With this support member, it is constituted so that it can be moved individually or together in the rotation axis direction shown by arrow a. Of course, these are configured to be able to move as appropriate in the vertical direction (the direction perpendicular to the paper surface) and the horizontal direction (the vertical direction in the paper surface) with respect to the workpiece 1. When the workpiece 1 is cut, first, the first blade 4 having a large width is used to cut the groove 2 in order to prevent chipping of the workpiece or to increase the cutting efficiency. Next, the groove 3 is formed by cutting with the first blade 5 having a small width. This cutting order or means is substantially the same as in the conventional example. As for the cutting of the first blade 4 having a large width and the second blade 5 having a small width, as shown in FIG. In order for the blade 3 to be cut with high dimensional accuracy, the relative positional relationship between the blades 4 and 5 must be adjusted. In this position adjustment, as shown in FIG. 3, according to the present invention, the surface of the blade position detecting member 11 is first cut by the second blade 5 in a reverse order to the cutting order, and the relatively shallow groove 3a is formed.
Is formed, and the groove is detected by an optical means 10 such as a microscope, and the position is used as data as a detection value.

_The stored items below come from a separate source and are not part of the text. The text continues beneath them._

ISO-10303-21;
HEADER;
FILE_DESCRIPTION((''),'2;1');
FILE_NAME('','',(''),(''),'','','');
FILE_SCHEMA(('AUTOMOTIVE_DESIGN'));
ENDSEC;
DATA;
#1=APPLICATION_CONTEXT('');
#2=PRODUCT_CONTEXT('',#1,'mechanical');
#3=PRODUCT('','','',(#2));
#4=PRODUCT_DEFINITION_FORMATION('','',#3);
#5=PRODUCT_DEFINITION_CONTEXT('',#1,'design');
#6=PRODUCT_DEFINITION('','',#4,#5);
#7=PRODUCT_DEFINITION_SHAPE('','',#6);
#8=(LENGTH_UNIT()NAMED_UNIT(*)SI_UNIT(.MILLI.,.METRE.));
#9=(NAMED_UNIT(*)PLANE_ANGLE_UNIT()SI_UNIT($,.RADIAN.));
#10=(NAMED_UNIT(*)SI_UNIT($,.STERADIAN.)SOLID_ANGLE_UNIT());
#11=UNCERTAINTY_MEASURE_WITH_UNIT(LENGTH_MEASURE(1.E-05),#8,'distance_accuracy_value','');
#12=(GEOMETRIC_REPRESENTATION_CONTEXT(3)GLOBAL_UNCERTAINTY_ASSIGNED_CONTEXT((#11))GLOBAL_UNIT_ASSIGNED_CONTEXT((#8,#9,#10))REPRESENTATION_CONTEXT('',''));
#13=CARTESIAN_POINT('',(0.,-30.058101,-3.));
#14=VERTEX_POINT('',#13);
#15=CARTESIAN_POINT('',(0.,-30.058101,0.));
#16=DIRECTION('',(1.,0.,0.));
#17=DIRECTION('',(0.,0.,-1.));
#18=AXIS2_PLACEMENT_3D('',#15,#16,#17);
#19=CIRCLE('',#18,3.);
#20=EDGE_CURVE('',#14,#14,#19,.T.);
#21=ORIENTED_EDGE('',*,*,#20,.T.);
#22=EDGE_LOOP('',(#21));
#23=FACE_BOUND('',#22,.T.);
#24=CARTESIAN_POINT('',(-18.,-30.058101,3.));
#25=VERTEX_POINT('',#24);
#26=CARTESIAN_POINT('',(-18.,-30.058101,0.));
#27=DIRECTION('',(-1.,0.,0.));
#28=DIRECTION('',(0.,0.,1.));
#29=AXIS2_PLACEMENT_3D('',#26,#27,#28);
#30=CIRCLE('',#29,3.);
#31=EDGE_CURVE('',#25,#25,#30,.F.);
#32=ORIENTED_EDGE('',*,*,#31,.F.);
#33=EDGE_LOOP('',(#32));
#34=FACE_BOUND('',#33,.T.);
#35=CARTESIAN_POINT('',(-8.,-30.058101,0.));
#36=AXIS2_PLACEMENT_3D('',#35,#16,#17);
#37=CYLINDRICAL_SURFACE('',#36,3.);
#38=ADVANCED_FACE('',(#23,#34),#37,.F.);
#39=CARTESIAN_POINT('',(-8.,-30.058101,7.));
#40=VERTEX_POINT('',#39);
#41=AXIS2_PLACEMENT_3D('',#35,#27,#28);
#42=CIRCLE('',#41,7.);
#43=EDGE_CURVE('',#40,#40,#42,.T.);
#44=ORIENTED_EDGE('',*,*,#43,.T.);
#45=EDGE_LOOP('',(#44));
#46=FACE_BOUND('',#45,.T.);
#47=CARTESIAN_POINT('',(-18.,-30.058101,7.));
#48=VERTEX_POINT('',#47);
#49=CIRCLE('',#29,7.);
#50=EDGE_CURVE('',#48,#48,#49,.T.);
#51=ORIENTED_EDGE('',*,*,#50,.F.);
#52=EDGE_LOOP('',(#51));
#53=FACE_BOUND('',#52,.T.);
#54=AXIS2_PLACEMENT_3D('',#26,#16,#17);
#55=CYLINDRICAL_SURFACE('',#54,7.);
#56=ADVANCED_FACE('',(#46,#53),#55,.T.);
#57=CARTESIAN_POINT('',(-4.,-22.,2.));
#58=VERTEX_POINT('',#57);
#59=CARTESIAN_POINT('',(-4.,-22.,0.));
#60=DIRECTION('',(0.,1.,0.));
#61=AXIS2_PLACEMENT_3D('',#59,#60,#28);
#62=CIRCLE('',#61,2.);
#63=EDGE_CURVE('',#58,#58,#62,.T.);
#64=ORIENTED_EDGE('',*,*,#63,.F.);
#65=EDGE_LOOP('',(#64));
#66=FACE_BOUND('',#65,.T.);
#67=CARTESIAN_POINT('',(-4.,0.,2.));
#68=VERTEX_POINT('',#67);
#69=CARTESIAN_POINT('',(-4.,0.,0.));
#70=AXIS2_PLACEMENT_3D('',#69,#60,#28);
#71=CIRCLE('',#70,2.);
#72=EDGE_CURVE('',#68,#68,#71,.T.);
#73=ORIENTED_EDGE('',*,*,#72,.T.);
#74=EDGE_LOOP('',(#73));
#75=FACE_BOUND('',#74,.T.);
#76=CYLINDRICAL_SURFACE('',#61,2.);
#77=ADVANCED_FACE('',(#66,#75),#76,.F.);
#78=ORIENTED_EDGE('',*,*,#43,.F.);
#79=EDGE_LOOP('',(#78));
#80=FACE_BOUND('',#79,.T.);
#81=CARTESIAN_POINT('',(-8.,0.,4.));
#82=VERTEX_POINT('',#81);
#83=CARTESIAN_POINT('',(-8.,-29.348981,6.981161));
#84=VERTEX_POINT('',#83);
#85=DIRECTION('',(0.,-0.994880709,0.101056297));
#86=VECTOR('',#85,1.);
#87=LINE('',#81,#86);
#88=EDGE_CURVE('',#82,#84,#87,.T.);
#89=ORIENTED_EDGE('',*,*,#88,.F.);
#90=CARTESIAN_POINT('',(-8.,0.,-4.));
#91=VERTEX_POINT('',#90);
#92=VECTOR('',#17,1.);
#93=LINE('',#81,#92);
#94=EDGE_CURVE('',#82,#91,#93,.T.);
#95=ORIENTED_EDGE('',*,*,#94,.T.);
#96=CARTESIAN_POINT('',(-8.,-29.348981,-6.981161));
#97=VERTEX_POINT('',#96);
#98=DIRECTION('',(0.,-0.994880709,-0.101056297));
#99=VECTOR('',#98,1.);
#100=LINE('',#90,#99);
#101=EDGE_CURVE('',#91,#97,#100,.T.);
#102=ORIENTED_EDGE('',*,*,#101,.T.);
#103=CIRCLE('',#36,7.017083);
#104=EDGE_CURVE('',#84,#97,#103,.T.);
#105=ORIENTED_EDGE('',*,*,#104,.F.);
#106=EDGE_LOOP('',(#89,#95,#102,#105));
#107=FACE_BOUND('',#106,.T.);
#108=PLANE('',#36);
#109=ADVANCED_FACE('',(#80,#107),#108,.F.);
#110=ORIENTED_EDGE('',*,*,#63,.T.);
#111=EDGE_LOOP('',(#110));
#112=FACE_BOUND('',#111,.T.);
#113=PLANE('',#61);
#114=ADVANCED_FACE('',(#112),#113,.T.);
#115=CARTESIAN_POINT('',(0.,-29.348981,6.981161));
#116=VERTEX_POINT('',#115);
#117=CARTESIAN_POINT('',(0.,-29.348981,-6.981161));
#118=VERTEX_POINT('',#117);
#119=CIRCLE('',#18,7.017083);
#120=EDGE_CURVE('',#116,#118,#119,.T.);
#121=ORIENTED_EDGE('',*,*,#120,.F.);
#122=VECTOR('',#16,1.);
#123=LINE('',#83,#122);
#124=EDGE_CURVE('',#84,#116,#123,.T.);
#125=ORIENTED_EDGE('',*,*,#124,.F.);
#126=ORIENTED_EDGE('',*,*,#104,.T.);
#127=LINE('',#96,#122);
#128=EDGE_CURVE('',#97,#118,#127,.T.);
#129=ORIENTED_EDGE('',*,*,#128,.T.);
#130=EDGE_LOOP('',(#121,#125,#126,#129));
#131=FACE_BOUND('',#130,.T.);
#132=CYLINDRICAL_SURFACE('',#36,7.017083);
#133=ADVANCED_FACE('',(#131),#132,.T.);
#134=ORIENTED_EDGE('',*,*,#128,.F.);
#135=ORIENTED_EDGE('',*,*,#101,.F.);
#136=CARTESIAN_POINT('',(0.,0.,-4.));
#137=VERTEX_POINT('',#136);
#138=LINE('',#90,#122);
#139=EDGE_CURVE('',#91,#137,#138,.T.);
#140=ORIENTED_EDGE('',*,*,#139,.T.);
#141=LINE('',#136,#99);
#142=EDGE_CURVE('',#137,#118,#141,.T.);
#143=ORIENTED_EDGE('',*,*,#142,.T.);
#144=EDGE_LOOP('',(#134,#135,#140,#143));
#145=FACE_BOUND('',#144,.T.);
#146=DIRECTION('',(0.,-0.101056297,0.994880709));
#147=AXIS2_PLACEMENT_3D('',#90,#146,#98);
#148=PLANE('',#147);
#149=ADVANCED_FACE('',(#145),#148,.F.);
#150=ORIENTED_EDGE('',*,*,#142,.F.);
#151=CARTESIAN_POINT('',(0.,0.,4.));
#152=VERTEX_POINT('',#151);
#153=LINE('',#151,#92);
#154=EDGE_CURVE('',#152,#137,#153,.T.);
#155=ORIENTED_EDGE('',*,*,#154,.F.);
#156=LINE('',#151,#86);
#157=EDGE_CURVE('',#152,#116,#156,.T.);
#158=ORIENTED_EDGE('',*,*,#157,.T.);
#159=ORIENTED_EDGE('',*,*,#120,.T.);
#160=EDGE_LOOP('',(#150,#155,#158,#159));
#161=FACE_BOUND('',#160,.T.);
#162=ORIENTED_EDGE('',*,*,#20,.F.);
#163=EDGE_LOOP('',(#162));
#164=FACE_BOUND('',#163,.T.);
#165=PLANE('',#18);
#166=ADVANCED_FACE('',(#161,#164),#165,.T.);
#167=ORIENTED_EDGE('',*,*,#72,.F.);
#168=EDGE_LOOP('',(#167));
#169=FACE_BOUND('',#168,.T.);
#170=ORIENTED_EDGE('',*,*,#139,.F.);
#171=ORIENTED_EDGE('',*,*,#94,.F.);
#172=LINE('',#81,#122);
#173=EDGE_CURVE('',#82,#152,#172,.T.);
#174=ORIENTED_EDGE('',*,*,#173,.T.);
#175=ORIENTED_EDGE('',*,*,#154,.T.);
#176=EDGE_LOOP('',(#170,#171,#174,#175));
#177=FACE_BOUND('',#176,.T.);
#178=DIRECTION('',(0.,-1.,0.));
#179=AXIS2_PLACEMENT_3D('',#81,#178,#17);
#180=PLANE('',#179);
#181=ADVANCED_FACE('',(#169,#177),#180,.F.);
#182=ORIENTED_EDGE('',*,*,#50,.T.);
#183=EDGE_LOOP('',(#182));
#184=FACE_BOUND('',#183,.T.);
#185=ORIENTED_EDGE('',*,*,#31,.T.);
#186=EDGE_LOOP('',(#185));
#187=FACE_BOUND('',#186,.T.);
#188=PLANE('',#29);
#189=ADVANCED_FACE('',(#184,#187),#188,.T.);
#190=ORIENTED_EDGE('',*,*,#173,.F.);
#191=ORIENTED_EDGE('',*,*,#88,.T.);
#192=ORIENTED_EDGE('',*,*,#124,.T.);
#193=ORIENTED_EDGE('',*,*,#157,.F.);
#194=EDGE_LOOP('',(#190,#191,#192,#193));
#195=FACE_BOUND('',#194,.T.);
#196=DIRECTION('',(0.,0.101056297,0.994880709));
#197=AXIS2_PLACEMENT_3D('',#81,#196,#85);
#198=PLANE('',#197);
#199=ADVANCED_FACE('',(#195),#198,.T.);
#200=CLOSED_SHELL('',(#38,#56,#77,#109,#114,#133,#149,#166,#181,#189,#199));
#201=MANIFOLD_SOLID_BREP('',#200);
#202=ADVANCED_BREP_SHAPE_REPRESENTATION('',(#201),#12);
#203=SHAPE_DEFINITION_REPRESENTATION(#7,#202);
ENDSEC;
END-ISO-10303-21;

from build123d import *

# Parameters (mm, degrees)
SKETCH1_R           = 3
BOSS_EXTRUDE1_DEPTH = 8
SKETCH2_R           = 7
SKETCH2_R_2         = 3
BOSS_EXTRUDE2_DEPTH = 10
SKETCH3_R           = 2
CUT_EXTRUDE1_DEPTH  = 22


with BuildPart() as part:
    # Sketch1 → Boss-Extrude1 (new body)
    with BuildSketch(Plane(origin=(0, 0, 0), x_dir=(0, 0, -1), z_dir=(1, 0, 0))):
        with BuildLine():
            Line((-4, 0), (-6.981160767, -29.34898091))
            ThreePointArc((-6.981160767, -29.34898091), (0, -37.075184621), (6.981160767, -29.34898091))
            Line((6.981160767, -29.34898091), (4, 0))
            Line((4, 0), (-4, 0))
        make_face()
        with Locations((0, -30.058101362)):
            Circle(SKETCH1_R, mode=Mode.SUBTRACT)
    extrude(amount=-BOSS_EXTRUDE1_DEPTH)

    # Sketch2 → Boss-Extrude2 (add)
    with BuildSketch(Plane.ZY.offset(8)):
        with Locations((0, -30.058101362)):
            Circle(SKETCH2_R)
        with Locations(Location((0, -30.058101362, 0), (0, 0, 180))):
            Circle(SKETCH2_R_2, mode=Mode.SUBTRACT)
    extrude(amount=BOSS_EXTRUDE2_DEPTH)

    # Sketch3 → Cut-Extrude1 (cut)
    with BuildSketch(Plane(origin=(0, 0, 0), x_dir=(1, 0, 0), z_dir=(0, 1, 0))):
        with Locations(Location((-4, 0, 0), (0, 0, 270))):
            Circle(SKETCH3_R)
    extrude(amount=-CUT_EXTRUDE1_DEPTH, mode=Mode.SUBTRACT)


solid = part.part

A shallow groove 2a is formed, and the groove is detected by optical means 10 such as a microscope in the same manner as described above, and its position is used as data as a detected value. Based on these data, the first blade 4 and the second blade Relative adjustment of the positional relationship with 5,
The second blade 5 having a small width is located at the center of the first blade 4 having a large width, so that the groove 3 is located substantially at the center of the groove 2 during two-step cutting by both blades. It is adjusted. The blade position detecting member 11
May be a workpiece itself. In this case, a groove is formed in a cutting line or an unnecessary portion. The adjustment of the relative positional relationship between the two blades 4 and 5 is performed before the cutting of the workpiece 1 is performed, but is performed at any time as needed. And in this case,
Assuming that the groove is not formed first by the narrow second blade but is formed later in the same manner as in the actual cutting step, the width formed in the wide groove is already formed because the wide groove is already formed. It becomes extremely difficult, if not impossible, to optically recognize the narrow groove. Therefore, cutting the shallow groove 3a first with the second blade is an absolute condition for detecting the positional relationship between the first blade and the second blade.
When the workpiece 1 is a semiconductor wafer and the blade is adjusted by detecting the positional relationship between the first blade and the second blade while cutting the wafer along the street, It is also preferable to use the groove efficiently, as in the above, the narrow groove 3a is first formed shallow along the street, and then the wide groove 2a is formed shallow along the street. By this method, the positional deviation between the first blade and the second blade can be adjusted even during cutting. still,
Since the groove for detecting the position of the blade is shallow, there is no danger of causing chipping or the like on the wafer. As described above, after the relative positional relationship between the first blade 4 and the second blade 5 is aligned, it is only necessary to position the first blade 4 with respect to the cutting line of the workpiece 1. Inevitably, the position of the second blade 5 is determined, and even if the workpiece 1 is separately subjected to two-stage cutting with different blades, the cutting grooves formed by both blades are accurately positioned without displacement. .

【The invention's effect】

As described above, in the method for adjusting the position of the blade in the precision cutting device according to the present invention, a relatively shallow groove is formed on the workpiece by the relatively wide first blade, and the bottom of the shallow groove is formed. Forming a relatively deep groove or cutting groove with a second blade having a relatively narrow width at a central portion and performing two-stage cutting, wherein the second blade is inserted into a groove cut by the first blade; In order to accurately position or to confirm whether or not it is positioned, first, a shallow groove is formed by the second blade, and the groove is detected by optical means, whereby the rotation axis of the second blade is detected. Direction is detected, and then a shallow groove is formed with the first blade at the same position as the shallow groove formed by the second blade, and the groove is detected by optical means to obtain a first groove. blade The position in the rotation axis direction is detected, and the relative positional relationship between the first blade and the second blade in the rotation axis direction is adjusted based on the detection results. In the adjustment of the position of the second blade, the grooves are actually cut as necessary to detect the respective positional relations.
By first cutting the groove with the first blade, and then cutting the groove with the first blade, the positional relationship between the two grooves can be accurately detected, and based on the detection result, the proper state, that is, the first wide groove, Since it is adjusted so that the second blade with a small width is located at approximately the center of the flade, when performing two-stage cutting with both blades, the cutting groove can be performed at an appropriate position without biasing the cutting groove. After that, there is an excellent effect that no variation occurs when the chip is divided into chips along the cutting groove. Further, since the relative positional relationship between the first blade and the second blade can be adjusted before or during the cutting of the workpiece, the positions of both blades can be adjusted at any time as necessary. It has an excellent effect that it can be adjusted and quality can be improved.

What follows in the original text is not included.